THE PROBLEM. Beginning with the first line, please repeat the entries exactly and end on the line that contains "# 草图3 → 切除-拉伸1 (cut)".

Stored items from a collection
-=-=-

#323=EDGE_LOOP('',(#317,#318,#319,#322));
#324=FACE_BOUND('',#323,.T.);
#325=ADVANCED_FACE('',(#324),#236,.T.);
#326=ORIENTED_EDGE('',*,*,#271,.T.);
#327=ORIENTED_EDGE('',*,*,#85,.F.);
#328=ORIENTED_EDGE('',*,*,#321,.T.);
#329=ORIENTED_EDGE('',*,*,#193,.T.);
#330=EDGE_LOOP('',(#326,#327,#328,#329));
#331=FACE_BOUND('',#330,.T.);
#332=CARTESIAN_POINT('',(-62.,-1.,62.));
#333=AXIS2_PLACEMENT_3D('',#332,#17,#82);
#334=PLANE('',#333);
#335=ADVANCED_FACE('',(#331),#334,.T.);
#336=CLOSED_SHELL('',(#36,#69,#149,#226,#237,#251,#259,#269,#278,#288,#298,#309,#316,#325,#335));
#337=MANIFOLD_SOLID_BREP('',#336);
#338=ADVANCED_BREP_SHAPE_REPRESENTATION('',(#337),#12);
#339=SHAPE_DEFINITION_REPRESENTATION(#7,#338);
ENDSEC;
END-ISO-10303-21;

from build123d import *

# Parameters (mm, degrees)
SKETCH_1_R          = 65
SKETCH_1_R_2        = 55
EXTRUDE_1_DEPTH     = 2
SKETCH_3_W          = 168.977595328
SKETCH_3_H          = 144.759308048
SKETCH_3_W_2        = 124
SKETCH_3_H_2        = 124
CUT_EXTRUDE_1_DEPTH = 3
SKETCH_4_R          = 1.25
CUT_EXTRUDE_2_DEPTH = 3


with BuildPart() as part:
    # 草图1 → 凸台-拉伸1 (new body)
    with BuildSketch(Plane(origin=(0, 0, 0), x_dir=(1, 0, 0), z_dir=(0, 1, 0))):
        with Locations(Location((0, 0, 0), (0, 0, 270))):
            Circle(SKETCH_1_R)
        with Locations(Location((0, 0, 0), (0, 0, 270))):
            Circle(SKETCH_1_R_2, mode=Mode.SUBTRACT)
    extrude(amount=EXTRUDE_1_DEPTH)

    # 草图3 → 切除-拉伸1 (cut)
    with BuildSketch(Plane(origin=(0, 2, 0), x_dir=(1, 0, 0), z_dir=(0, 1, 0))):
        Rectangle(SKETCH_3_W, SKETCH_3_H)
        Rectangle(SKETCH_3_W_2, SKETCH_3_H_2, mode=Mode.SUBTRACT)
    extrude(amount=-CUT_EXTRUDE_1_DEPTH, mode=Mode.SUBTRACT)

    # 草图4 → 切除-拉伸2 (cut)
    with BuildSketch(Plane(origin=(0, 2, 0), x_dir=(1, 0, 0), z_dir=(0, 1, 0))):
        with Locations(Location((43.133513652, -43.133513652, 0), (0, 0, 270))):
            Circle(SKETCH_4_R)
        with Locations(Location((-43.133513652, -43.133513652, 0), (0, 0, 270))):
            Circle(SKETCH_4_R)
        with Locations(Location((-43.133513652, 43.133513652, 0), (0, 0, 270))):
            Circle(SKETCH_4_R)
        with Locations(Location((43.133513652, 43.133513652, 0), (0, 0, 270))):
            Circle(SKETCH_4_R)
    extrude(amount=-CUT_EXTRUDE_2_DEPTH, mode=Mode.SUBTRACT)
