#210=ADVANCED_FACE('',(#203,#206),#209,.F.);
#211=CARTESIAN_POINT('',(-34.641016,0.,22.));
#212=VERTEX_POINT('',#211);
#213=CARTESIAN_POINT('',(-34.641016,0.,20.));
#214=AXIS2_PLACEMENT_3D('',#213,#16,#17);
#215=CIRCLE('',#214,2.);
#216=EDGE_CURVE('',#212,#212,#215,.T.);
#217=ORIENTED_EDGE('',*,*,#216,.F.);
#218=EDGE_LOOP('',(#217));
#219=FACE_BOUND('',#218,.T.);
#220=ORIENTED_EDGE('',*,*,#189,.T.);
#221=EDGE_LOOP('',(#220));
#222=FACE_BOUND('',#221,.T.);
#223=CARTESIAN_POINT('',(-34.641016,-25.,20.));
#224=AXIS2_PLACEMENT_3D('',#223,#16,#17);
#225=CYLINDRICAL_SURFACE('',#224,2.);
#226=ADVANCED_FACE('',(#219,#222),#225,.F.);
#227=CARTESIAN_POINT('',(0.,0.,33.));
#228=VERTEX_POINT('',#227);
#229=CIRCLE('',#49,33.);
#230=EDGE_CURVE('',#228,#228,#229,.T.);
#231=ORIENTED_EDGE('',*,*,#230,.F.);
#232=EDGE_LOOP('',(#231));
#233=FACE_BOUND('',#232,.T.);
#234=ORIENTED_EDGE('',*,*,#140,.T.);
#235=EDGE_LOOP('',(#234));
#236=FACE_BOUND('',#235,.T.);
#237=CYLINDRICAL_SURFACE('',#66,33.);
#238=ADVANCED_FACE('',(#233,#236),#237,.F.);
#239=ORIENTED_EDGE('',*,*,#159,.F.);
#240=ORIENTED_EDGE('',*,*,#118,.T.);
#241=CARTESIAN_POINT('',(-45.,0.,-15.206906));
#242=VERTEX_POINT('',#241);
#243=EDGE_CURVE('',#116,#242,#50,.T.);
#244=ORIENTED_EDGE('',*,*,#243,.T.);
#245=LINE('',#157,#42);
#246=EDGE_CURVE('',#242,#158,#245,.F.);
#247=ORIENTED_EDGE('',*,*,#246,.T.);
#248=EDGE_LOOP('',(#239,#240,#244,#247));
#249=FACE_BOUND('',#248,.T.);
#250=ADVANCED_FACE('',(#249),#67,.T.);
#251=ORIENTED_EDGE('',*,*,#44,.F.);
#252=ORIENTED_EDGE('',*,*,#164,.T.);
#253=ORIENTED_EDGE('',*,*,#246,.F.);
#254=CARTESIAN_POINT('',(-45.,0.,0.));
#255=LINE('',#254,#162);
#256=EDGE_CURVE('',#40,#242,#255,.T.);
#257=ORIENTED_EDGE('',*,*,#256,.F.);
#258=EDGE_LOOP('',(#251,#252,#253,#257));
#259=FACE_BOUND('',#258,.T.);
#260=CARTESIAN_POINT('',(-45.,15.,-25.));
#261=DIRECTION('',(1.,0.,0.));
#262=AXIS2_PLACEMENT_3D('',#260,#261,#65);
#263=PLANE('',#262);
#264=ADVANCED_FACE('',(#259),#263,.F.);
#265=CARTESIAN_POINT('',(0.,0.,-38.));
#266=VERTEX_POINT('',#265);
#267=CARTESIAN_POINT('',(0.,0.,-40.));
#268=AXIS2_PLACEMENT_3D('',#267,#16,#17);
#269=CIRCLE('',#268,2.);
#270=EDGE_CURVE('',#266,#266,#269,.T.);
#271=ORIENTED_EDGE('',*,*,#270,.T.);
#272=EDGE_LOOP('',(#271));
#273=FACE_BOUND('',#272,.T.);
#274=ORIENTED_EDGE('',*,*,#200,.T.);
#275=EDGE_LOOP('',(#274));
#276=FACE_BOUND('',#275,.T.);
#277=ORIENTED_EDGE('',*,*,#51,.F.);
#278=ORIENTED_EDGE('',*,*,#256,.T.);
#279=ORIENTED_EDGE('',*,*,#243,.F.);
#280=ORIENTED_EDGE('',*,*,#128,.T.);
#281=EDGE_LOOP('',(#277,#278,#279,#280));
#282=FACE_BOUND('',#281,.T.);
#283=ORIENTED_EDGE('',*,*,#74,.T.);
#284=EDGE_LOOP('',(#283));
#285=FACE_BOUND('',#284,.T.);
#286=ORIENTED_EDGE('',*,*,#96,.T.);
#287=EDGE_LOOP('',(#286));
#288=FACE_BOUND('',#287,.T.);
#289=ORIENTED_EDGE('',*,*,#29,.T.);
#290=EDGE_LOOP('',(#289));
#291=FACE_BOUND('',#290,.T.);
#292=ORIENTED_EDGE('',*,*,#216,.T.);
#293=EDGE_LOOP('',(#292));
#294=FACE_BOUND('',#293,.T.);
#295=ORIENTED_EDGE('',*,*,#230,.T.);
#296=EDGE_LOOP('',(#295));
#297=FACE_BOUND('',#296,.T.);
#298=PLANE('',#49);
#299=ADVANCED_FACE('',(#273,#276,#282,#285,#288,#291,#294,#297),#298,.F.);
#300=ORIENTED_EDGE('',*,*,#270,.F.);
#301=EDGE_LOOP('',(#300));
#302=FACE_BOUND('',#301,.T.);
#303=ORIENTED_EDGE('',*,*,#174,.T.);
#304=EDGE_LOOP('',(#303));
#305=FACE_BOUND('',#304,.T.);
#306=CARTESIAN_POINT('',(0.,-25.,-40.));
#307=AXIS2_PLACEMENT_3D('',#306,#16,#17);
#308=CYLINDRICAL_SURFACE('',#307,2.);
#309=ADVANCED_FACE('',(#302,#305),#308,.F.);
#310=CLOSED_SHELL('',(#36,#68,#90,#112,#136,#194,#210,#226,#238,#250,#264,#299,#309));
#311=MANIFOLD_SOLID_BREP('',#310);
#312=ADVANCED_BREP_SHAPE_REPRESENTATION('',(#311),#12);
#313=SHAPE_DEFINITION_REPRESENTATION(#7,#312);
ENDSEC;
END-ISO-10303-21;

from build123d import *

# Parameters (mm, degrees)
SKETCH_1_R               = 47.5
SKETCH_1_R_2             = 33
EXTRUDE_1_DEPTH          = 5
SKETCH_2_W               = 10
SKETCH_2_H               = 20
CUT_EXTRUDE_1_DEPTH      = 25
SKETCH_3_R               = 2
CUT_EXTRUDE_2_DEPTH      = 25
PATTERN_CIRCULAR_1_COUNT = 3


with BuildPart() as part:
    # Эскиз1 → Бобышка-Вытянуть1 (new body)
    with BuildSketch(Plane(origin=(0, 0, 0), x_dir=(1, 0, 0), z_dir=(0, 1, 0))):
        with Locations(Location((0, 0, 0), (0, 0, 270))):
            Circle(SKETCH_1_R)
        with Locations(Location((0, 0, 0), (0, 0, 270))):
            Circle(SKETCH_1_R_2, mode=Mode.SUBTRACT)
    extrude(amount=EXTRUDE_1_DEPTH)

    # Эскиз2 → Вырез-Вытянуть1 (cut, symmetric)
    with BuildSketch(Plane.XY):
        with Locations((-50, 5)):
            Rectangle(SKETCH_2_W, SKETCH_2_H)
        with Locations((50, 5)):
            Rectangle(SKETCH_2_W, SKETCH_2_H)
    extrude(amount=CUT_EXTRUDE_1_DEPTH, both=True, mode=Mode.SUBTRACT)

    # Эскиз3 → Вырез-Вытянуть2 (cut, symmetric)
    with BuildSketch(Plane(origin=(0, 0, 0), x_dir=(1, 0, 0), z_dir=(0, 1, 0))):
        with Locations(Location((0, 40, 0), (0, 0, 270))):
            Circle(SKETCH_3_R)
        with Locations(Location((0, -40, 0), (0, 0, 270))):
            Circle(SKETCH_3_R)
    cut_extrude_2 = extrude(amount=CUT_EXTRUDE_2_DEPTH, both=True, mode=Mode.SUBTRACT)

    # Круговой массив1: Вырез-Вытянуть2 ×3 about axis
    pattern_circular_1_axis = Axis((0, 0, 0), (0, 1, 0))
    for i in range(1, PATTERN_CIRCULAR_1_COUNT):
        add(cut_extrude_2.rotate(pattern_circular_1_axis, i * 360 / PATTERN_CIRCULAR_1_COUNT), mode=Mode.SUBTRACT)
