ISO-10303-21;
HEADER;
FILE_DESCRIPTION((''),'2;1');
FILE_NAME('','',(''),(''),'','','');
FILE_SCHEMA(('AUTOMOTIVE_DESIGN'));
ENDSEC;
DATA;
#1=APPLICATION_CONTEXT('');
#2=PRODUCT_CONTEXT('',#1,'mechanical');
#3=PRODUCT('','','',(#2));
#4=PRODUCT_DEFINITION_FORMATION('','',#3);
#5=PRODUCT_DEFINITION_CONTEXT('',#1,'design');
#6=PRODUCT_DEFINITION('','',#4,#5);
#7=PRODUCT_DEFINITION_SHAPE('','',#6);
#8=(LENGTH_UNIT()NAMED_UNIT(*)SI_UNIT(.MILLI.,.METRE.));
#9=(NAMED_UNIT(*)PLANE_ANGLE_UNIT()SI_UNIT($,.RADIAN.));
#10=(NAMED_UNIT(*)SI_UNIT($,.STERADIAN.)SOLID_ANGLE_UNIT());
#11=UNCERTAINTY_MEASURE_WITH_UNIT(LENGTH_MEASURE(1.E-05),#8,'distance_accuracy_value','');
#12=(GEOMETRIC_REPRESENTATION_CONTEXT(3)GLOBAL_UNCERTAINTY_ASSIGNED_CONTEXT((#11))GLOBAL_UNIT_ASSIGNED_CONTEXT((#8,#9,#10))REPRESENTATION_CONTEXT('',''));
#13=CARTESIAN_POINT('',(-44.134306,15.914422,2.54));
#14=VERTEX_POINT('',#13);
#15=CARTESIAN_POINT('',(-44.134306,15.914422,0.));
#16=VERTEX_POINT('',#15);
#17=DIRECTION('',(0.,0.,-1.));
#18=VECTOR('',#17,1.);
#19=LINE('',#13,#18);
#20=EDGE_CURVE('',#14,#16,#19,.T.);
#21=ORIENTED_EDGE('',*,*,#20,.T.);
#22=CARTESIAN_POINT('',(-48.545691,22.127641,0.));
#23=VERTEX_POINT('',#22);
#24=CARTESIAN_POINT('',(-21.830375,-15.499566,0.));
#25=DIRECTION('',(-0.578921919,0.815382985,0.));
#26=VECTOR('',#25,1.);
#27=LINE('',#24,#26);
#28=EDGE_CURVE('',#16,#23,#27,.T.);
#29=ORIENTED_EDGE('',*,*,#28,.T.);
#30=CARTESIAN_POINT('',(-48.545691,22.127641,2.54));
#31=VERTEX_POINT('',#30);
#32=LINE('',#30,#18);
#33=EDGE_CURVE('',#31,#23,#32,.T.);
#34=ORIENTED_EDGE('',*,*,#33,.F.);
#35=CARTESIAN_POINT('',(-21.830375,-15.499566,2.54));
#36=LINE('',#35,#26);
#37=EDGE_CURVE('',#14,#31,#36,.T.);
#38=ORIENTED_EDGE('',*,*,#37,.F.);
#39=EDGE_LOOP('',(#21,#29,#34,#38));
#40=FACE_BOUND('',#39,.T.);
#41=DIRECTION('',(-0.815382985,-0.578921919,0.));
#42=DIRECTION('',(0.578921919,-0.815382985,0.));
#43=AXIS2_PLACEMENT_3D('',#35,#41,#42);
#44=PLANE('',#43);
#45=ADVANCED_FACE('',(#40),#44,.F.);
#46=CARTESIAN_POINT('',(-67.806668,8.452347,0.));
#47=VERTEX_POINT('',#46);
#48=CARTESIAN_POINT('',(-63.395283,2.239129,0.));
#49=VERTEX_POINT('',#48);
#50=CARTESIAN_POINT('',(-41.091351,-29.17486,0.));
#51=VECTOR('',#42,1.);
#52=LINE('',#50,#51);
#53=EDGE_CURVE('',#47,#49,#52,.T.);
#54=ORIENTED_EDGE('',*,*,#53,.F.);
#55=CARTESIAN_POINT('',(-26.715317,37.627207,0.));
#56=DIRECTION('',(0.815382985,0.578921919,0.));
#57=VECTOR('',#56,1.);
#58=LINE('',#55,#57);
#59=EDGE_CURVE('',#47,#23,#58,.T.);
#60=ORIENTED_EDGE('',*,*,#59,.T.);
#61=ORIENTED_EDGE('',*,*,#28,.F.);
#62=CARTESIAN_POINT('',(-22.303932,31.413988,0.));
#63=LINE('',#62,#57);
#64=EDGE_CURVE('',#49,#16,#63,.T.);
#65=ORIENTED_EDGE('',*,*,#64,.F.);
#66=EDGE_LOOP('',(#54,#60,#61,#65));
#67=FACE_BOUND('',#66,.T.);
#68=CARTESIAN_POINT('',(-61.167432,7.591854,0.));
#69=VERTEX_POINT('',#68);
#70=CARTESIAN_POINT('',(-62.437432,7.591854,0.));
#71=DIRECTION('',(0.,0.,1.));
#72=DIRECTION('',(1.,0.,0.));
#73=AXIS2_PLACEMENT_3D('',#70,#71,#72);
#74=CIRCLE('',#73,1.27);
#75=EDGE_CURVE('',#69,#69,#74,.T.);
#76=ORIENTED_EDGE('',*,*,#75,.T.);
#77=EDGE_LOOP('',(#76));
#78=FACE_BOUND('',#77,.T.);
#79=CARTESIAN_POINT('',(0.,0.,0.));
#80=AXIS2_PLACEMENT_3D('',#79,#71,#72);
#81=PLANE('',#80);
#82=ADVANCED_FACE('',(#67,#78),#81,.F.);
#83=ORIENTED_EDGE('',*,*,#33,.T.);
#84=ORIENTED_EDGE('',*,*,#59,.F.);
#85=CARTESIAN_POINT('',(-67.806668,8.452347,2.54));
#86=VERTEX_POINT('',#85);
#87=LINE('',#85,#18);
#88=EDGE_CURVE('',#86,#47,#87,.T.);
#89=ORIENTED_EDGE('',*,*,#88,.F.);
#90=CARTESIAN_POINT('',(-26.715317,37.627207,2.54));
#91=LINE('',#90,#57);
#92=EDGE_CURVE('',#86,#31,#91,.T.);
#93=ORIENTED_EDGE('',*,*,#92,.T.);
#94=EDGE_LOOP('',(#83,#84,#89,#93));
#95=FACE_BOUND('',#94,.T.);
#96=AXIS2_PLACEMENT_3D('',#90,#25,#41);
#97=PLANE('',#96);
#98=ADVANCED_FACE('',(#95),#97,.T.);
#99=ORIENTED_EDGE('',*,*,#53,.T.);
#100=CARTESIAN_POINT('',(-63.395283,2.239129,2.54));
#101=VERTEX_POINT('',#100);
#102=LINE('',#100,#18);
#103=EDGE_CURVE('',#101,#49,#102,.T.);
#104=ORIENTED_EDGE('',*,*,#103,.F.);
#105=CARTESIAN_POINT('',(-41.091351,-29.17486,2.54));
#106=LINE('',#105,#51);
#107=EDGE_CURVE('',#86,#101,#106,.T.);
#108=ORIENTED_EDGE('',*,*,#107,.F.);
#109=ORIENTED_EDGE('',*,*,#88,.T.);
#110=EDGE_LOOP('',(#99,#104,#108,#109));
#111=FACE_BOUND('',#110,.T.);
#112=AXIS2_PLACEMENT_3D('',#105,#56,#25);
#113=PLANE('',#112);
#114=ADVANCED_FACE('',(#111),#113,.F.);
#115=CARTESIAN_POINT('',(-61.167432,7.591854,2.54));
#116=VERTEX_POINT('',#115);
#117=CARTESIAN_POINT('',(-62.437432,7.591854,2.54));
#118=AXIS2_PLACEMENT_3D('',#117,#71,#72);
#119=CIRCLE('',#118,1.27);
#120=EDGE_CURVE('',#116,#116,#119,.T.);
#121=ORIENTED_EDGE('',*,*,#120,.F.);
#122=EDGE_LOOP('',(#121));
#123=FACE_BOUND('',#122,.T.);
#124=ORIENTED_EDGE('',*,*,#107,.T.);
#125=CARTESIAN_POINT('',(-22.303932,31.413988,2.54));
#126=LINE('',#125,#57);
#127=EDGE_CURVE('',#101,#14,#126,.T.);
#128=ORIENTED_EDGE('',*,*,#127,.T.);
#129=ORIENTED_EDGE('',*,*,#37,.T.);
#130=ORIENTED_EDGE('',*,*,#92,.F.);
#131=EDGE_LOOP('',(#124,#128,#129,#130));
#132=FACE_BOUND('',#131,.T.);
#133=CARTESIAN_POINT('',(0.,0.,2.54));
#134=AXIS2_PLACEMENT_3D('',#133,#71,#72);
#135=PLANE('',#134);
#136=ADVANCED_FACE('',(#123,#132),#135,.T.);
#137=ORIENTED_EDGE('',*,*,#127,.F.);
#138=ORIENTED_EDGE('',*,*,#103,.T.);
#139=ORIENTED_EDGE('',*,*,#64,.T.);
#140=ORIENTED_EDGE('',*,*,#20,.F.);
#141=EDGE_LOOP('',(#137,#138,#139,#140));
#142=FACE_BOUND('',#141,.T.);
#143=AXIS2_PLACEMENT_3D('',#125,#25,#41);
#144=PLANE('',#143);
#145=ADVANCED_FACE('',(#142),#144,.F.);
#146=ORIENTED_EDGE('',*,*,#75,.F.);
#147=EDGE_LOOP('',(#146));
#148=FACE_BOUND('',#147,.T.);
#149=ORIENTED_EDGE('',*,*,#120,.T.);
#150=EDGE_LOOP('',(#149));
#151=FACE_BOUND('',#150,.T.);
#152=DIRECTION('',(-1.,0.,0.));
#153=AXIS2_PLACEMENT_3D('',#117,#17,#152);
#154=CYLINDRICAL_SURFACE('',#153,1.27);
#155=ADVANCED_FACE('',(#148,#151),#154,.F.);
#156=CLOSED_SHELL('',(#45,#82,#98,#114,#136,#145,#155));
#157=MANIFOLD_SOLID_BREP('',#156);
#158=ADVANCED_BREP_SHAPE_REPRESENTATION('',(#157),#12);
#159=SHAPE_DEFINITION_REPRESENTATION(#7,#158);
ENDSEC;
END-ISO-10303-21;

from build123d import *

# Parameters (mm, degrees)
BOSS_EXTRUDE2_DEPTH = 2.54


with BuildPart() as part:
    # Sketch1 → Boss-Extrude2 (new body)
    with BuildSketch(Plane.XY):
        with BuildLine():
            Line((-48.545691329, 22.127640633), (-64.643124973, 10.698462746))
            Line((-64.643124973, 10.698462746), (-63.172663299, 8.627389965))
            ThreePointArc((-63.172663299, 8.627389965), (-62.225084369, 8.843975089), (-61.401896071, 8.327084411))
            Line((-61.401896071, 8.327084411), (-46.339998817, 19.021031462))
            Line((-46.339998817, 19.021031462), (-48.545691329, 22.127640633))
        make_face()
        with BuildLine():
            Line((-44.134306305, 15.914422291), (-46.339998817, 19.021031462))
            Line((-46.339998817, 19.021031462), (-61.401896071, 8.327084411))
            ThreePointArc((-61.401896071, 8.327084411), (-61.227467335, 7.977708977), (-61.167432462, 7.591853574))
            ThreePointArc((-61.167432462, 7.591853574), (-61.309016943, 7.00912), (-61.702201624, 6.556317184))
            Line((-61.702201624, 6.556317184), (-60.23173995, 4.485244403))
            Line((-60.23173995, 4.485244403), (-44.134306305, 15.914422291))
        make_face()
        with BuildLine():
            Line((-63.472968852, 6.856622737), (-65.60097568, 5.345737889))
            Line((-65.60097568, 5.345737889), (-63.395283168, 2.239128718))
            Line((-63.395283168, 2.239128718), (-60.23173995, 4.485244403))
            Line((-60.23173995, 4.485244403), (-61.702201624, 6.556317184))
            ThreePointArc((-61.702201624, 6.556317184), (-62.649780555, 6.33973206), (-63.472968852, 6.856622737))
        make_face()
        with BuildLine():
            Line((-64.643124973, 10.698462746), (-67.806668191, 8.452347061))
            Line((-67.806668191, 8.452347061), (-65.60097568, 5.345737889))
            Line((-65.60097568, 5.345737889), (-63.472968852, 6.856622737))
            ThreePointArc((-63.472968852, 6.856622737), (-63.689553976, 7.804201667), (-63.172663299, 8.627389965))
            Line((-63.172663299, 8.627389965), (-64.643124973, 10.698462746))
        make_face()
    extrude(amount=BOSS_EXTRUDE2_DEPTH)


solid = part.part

-=-=-

SOLUTION TO THIS PROBLEM.
#323=EDGE_LOOP('',(#317,#318,#319,#322));
#324=FACE_BOUND('',#323,.T.);
#325=ADVANCED_FACE('',(#324),#236,.T.);
#326=ORIENTED_EDGE('',*,*,#271,.T.);
#327=ORIENTED_EDGE('',*,*,#85,.F.);
#328=ORIENTED_EDGE('',*,*,#321,.T.);
#329=ORIENTED_EDGE('',*,*,#193,.T.);
#330=EDGE_LOOP('',(#326,#327,#328,#329));
#331=FACE_BOUND('',#330,.T.);
#332=CARTESIAN_POINT('',(-62.,-1.,62.));
#333=AXIS2_PLACEMENT_3D('',#332,#17,#82);
#334=PLANE('',#333);
#335=ADVANCED_FACE('',(#331),#334,.T.);
#336=CLOSED_SHELL('',(#36,#69,#149,#226,#237,#251,#259,#269,#278,#288,#298,#309,#316,#325,#335));
#337=MANIFOLD_SOLID_BREP('',#336);
#338=ADVANCED_BREP_SHAPE_REPRESENTATION('',(#337),#12);
#339=SHAPE_DEFINITION_REPRESENTATION(#7,#338);
ENDSEC;
END-ISO-10303-21;

from build123d import *

# Parameters (mm, degrees)
SKETCH_1_R          = 65
SKETCH_1_R_2        = 55
EXTRUDE_1_DEPTH     = 2
SKETCH_3_W          = 168.977595328
SKETCH_3_H          = 144.759308048
SKETCH_3_W_2        = 124
SKETCH_3_H_2        = 124
CUT_EXTRUDE_1_DEPTH = 3
SKETCH_4_R          = 1.25
CUT_EXTRUDE_2_DEPTH = 3


with BuildPart() as part:
    # 草图1 → 凸台-拉伸1 (new body)
    with BuildSketch(Plane(origin=(0, 0, 0), x_dir=(1, 0, 0), z_dir=(0, 1, 0))):
        with Locations(Location((0, 0, 0), (0, 0, 270))):
            Circle(SKETCH_1_R)
        with Locations(Location((0, 0, 0), (0, 0, 270))):
            Circle(SKETCH_1_R_2, mode=Mode.SUBTRACT)
    extrude(amount=EXTRUDE_1_DEPTH)

    # 草图3 → 切除-拉伸1 (cut)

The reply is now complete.